Porque no quiero, hermanos, que ignoréis este misterio, para que no seáis arrogantes acerca de vosotros mismos: que ha acontecido a Israel endurecimiento en parte, hasta que haya entrado la plenitud de los gentiles;
y luego todo Israel será salvo, como está escrito: Vendrá de Sión el Libertador, que apartará de Jacob la impiedad.
Y éste será mi pacto con ellos, cuando quite sus pecados.
Así que en cuanto al evangelio, son enemigos por amor de vosotros; pero en cuanto a la elección, son amados por causa de los padres.
Porque los dones y el llamamiento de Dios son irreversibles.
Porque así como vosotros en otro tiempo no creísteis a Dios, pero ahora habéis alcanzado misericordia por la incredulidad de ellos,
así también éstos ahora no han creído, para que por la misericordia que habéis alcanzado vosotros, ellos también alcancen misericordia.

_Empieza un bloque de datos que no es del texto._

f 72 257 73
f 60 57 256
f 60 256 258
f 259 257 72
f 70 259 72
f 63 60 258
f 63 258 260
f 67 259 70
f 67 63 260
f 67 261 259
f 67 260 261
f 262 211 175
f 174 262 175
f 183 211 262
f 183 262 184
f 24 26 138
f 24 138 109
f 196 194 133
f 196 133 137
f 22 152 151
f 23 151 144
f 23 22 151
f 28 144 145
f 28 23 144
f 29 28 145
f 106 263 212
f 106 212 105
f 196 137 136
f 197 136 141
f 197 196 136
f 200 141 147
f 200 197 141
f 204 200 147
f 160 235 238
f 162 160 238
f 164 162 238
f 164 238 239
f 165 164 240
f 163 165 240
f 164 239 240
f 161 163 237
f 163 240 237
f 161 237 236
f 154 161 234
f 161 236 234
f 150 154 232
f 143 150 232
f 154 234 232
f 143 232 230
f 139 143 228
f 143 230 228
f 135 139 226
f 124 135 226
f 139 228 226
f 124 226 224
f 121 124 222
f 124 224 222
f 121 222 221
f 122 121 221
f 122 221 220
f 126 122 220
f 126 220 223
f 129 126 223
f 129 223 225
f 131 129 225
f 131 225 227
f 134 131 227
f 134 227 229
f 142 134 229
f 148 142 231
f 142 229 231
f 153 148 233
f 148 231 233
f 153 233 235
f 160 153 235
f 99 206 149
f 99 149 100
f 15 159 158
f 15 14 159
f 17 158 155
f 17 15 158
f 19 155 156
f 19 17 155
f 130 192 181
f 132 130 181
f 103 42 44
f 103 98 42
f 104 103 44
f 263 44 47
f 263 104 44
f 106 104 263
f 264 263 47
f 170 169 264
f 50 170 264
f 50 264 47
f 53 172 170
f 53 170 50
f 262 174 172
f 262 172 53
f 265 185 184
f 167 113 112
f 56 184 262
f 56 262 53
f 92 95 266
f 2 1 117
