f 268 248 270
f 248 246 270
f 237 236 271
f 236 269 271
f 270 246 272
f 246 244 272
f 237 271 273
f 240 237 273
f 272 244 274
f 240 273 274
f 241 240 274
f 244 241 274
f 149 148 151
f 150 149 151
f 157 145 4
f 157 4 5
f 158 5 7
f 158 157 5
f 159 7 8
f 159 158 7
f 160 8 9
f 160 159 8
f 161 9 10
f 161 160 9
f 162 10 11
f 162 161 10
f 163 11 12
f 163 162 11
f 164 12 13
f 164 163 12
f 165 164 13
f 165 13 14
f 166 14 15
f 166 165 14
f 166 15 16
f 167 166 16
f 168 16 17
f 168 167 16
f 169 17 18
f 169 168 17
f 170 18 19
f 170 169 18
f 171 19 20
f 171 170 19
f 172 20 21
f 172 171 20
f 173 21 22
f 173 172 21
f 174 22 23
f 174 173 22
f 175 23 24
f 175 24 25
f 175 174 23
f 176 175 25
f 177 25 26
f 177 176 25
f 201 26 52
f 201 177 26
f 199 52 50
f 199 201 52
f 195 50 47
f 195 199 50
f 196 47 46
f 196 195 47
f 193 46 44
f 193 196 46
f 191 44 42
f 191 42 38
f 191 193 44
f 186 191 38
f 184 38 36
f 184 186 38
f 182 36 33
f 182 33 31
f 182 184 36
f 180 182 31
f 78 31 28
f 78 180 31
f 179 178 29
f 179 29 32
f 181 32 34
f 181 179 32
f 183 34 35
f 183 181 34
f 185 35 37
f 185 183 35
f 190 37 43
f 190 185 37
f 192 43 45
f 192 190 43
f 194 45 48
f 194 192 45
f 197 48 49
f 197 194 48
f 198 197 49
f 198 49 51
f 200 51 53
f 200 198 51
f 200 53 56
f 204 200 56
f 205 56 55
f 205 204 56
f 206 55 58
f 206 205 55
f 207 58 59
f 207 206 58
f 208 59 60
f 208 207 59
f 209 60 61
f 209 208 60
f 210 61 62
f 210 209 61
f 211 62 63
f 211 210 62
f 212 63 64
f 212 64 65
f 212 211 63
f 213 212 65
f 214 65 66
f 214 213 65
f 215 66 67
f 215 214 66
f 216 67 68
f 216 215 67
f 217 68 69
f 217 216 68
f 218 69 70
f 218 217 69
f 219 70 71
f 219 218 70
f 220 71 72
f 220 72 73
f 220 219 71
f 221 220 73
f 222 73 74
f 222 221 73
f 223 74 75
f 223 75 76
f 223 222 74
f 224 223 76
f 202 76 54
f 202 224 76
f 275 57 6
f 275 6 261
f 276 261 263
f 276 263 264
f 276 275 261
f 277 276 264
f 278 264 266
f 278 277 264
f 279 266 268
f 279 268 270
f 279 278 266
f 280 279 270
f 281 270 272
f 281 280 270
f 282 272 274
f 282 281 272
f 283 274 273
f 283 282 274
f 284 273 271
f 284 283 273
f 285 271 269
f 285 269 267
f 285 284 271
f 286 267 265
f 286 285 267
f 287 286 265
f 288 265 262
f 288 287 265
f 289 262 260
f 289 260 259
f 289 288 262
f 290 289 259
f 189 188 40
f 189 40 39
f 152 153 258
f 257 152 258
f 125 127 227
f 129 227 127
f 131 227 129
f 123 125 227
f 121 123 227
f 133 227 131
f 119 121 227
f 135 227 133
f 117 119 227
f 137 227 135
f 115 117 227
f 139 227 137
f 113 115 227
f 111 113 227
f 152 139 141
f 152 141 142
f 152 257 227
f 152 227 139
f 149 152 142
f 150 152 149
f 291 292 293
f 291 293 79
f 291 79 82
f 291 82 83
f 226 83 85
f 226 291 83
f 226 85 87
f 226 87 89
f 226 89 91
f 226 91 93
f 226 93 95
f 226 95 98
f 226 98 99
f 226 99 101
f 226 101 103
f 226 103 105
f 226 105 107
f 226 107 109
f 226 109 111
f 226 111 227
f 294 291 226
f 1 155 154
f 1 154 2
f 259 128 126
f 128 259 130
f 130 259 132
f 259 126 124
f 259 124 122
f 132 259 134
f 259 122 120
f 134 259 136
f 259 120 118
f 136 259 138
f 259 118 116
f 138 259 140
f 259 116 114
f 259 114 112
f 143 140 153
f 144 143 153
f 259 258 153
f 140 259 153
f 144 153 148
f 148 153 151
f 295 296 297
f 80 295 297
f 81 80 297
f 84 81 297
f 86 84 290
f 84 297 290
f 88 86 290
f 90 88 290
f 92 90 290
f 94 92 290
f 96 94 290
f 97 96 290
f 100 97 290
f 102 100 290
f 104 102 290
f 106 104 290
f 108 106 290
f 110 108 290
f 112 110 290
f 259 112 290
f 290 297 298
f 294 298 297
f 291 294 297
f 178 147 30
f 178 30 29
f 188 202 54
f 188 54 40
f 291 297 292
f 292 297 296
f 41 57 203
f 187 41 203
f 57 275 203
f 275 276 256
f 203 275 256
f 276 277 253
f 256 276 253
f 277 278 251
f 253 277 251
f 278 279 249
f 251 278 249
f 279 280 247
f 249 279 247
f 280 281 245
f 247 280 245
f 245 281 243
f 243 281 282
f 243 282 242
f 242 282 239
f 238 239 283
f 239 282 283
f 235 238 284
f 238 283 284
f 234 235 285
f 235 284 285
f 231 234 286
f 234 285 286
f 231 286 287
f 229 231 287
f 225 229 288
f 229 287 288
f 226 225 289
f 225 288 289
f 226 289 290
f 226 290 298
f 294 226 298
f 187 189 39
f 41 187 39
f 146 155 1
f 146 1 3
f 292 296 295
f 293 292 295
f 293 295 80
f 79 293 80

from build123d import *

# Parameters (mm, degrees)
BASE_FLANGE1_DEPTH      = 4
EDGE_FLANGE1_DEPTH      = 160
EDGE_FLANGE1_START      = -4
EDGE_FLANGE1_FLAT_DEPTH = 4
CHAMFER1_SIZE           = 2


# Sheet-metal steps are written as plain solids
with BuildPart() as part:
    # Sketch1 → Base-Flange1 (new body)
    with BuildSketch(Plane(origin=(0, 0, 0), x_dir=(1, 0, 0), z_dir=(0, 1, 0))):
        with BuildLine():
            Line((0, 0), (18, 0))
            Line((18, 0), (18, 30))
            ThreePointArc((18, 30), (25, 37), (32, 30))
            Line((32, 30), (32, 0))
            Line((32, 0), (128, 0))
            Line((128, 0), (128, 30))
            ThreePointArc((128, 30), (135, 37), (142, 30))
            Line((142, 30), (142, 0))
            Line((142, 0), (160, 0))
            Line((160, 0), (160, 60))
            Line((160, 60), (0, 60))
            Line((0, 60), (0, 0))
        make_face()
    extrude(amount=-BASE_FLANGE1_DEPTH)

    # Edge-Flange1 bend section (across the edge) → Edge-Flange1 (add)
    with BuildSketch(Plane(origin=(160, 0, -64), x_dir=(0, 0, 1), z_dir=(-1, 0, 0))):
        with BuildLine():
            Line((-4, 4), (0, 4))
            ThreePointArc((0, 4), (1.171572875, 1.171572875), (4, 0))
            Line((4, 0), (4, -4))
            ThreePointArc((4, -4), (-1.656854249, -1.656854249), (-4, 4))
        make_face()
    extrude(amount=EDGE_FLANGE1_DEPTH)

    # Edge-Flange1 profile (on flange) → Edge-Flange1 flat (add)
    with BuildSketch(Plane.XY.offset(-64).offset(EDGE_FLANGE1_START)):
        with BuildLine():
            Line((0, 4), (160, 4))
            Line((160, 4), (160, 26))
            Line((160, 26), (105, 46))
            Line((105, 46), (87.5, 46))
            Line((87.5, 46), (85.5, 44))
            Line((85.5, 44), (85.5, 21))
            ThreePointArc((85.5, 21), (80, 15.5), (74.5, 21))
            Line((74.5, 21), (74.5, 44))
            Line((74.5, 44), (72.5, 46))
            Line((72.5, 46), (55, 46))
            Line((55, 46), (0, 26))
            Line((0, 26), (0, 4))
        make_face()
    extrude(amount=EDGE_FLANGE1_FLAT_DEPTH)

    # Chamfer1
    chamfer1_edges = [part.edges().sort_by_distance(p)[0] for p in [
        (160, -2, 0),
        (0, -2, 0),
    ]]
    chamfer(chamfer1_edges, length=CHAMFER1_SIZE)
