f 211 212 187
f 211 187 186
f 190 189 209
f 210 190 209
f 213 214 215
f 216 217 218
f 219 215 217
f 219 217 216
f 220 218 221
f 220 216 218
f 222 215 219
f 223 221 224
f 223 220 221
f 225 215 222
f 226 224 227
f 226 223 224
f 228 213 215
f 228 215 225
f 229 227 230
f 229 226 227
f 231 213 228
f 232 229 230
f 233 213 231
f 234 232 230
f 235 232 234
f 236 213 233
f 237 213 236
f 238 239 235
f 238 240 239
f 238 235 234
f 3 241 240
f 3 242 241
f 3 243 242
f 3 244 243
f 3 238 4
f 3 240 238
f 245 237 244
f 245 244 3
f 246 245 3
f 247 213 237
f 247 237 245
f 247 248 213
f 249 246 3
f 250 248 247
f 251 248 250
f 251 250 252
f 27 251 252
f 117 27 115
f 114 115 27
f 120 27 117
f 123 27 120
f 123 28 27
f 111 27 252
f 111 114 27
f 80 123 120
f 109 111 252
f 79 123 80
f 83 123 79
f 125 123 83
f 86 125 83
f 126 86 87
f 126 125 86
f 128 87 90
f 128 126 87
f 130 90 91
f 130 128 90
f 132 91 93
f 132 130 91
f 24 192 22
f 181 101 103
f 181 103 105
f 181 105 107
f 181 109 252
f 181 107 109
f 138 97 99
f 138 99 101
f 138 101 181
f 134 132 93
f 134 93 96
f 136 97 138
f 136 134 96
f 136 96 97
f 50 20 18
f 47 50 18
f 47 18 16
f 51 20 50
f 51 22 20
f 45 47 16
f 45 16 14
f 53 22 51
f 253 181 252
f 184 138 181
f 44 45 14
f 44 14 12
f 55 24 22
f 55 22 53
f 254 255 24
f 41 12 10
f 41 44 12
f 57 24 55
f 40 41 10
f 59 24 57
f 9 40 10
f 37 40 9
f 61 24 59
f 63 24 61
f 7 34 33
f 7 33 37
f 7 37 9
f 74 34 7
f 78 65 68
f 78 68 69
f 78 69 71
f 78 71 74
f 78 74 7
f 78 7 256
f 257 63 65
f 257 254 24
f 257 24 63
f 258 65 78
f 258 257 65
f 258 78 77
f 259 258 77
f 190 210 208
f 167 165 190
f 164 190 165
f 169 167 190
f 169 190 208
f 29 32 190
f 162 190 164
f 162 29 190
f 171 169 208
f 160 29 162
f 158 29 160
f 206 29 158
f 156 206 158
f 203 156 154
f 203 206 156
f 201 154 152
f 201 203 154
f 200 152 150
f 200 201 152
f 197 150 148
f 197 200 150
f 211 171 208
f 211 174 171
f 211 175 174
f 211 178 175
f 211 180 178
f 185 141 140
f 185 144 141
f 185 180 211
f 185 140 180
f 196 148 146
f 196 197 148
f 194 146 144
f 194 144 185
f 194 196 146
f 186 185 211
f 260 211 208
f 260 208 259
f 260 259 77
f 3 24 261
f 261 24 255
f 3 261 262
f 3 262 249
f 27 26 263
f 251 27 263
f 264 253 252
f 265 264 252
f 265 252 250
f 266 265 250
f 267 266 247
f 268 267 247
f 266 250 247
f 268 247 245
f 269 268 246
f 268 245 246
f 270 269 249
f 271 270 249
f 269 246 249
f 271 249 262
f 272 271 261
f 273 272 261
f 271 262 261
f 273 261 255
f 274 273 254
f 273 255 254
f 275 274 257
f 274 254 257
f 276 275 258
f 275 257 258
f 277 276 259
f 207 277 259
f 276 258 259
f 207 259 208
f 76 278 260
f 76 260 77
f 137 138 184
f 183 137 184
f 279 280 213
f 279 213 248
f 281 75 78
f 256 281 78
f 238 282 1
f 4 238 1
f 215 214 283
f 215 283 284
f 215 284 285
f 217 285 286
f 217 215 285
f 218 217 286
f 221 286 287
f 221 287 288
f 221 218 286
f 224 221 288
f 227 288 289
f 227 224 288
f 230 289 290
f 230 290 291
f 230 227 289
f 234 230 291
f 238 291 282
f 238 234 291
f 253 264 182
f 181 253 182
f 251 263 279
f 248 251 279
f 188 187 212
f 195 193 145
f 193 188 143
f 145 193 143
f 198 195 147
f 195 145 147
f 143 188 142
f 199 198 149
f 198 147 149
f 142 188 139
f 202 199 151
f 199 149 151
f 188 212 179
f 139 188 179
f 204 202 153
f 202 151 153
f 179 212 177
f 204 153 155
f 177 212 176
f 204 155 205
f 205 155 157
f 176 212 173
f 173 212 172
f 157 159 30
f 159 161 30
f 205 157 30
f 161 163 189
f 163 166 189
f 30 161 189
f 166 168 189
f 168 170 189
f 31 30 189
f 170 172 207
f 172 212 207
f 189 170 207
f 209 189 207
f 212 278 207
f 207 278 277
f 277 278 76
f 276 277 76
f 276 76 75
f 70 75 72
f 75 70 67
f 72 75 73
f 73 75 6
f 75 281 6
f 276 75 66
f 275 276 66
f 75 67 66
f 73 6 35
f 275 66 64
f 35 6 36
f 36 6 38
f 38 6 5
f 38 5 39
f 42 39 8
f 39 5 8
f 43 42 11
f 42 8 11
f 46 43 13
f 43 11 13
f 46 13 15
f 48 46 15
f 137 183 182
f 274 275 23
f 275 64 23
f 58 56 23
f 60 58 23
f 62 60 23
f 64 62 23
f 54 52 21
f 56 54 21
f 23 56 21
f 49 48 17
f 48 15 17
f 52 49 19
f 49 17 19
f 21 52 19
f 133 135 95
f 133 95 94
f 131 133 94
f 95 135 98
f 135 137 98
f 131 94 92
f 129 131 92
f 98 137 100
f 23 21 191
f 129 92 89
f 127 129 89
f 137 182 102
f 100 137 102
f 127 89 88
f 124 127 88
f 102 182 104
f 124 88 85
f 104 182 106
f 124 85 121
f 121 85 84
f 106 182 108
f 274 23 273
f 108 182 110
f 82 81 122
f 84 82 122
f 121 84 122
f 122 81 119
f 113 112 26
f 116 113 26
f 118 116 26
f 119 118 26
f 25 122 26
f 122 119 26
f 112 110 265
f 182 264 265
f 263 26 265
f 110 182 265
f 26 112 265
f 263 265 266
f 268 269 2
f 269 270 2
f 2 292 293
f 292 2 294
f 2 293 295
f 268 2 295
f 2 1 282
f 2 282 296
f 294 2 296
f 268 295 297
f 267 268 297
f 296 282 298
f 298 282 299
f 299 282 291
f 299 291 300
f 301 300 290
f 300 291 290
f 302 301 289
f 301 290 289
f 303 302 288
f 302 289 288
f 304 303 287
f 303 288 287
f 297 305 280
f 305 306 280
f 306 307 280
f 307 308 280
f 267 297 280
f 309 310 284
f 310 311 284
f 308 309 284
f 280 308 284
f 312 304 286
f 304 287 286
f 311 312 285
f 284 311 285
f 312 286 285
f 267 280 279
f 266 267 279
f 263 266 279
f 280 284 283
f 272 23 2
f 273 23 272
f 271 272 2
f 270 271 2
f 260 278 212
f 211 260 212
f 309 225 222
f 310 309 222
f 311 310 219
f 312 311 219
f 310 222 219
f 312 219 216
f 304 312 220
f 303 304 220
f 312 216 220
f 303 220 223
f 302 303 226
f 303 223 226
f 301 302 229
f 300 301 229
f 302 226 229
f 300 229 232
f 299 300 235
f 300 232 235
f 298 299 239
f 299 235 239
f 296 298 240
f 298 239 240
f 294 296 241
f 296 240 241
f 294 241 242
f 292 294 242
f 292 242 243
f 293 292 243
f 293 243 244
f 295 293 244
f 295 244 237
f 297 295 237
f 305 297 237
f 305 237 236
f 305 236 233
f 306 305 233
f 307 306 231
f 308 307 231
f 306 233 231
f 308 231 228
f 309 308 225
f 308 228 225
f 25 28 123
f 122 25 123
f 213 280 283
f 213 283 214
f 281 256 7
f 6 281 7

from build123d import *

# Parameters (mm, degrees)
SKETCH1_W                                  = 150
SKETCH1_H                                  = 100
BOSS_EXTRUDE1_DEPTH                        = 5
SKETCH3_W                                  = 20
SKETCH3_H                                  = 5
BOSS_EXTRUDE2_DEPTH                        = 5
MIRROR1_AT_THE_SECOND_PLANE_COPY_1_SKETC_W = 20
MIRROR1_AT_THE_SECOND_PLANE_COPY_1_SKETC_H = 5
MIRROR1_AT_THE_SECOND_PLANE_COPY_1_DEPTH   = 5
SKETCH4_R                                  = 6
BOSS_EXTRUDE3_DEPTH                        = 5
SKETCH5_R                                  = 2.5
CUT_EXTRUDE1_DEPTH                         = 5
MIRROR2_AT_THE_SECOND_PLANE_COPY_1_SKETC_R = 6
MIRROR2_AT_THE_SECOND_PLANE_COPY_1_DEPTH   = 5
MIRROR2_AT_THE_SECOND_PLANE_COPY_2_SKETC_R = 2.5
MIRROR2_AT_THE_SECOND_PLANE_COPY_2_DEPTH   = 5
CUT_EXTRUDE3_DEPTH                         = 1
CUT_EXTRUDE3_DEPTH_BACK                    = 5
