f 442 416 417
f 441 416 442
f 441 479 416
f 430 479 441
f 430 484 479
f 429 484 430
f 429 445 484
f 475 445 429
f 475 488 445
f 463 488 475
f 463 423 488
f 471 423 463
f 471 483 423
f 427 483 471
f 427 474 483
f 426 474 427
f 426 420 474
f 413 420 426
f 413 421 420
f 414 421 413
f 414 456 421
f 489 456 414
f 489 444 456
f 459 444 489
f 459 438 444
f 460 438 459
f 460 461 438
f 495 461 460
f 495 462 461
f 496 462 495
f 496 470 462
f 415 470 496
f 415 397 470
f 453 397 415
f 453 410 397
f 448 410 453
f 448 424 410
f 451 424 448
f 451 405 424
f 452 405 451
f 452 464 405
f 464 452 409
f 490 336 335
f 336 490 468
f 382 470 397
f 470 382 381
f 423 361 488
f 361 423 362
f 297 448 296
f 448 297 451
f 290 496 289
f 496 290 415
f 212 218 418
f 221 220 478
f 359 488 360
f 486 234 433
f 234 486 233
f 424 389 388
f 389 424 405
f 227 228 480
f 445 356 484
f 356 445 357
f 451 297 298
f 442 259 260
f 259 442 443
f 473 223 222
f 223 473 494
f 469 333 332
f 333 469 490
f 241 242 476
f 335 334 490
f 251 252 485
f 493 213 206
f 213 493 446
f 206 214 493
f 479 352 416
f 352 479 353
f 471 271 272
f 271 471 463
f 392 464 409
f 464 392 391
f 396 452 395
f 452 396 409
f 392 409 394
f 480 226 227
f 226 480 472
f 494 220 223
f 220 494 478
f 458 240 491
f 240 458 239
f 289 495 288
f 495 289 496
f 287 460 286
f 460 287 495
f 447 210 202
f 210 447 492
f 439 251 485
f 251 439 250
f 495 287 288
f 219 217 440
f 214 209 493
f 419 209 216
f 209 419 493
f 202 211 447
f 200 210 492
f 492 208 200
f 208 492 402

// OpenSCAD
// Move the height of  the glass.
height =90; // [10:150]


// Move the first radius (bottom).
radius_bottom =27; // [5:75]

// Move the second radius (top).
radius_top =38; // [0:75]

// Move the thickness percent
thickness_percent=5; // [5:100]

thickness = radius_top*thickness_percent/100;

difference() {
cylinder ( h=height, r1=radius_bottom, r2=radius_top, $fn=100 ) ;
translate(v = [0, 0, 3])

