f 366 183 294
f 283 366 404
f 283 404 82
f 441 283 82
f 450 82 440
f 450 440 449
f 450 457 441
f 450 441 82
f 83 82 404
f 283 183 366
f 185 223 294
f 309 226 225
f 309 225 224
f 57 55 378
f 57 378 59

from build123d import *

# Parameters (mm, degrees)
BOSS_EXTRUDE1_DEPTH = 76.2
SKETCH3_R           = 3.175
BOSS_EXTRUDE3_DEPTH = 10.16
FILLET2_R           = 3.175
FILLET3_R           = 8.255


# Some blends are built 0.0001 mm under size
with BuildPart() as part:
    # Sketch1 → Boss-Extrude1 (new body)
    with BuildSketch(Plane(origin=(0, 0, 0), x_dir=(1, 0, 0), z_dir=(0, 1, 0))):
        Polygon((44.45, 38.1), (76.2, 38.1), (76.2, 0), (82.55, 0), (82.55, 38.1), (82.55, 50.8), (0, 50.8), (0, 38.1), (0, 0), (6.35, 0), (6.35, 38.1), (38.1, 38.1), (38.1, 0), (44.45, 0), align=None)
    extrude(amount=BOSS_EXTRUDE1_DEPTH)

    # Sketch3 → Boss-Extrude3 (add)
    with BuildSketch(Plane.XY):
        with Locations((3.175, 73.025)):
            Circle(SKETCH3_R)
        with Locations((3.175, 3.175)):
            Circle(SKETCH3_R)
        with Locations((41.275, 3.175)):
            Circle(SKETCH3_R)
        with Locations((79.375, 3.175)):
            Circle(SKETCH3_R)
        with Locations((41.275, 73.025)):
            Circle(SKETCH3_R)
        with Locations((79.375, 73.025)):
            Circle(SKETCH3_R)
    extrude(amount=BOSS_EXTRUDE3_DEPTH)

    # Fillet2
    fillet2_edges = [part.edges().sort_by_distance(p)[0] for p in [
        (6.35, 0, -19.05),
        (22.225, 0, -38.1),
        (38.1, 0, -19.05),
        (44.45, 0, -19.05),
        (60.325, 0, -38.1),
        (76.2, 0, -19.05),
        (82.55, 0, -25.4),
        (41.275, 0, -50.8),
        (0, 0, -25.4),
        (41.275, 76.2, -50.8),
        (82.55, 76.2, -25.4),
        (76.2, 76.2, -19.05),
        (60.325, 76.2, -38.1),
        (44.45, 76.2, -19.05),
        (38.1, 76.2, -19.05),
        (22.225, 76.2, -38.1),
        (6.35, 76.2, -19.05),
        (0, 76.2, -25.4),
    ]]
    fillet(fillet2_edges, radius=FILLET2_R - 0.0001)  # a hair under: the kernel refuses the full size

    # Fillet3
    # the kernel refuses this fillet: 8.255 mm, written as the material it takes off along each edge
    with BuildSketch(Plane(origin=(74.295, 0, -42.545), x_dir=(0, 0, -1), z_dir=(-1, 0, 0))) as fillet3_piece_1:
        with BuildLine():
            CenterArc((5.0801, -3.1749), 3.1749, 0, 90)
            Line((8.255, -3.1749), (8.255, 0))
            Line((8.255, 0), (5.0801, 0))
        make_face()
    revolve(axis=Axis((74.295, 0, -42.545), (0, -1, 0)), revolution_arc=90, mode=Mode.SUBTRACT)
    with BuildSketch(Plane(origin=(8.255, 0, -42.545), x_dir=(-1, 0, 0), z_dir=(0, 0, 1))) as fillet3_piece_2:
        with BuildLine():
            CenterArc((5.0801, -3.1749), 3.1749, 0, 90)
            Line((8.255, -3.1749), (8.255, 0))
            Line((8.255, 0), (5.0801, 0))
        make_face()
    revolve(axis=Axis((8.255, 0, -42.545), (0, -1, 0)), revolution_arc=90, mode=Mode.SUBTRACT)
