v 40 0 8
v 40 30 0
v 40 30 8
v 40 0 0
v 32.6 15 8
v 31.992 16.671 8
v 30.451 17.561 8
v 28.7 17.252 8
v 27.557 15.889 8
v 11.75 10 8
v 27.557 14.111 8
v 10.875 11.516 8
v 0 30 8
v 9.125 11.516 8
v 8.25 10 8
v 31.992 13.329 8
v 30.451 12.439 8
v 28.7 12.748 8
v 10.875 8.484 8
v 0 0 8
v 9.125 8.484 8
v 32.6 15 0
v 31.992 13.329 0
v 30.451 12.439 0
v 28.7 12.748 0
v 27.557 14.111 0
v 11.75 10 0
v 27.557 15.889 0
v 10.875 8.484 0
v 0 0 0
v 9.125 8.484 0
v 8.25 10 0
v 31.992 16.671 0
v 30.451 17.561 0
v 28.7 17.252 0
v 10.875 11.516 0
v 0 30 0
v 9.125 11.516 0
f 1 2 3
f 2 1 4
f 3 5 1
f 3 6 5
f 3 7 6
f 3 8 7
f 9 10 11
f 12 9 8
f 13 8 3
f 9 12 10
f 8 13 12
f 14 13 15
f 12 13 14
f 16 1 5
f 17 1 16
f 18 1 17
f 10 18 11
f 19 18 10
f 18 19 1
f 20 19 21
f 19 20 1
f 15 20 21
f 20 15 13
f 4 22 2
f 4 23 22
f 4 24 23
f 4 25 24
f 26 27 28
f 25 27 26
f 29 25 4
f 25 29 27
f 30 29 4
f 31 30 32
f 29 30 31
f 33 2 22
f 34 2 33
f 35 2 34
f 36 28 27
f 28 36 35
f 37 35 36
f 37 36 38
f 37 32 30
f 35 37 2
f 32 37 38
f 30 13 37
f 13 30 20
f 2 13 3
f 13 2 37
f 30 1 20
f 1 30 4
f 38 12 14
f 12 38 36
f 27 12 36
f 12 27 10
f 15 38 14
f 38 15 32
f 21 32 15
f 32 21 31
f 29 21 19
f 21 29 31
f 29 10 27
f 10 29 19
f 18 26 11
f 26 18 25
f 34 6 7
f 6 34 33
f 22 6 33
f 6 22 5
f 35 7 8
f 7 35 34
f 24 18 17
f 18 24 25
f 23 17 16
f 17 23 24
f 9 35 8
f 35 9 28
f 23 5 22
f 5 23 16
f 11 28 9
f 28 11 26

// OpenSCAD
difference() {
  cube([40, 30, 8]);
  // M3 heat-set
  translate([10, 10, 0]) cylinder(h=8, d=3.5);
  // M4
  translate([30, 15, 0]) cylinder(h=8, r=2.6);
}
// extrude-wall side 2.0 1.0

Porque Dios sujetó a todos en incredulidad, para tener misericordia de todos.
¡Oh profundidad de las riquezas de la sabiduría y de la ciencia de Dios! ¡Cuán insondables son sus juicios, e inescrutables sus caminos!
Porque ¿quién entendió la mente del Señor? ¿O quién fue su consejero?
¿O quién le dio a él primero, para que le sea recompensado?
Porque de él, y por él, y para él, son todas las cosas. A él sea la gloria por los siglos. Amén.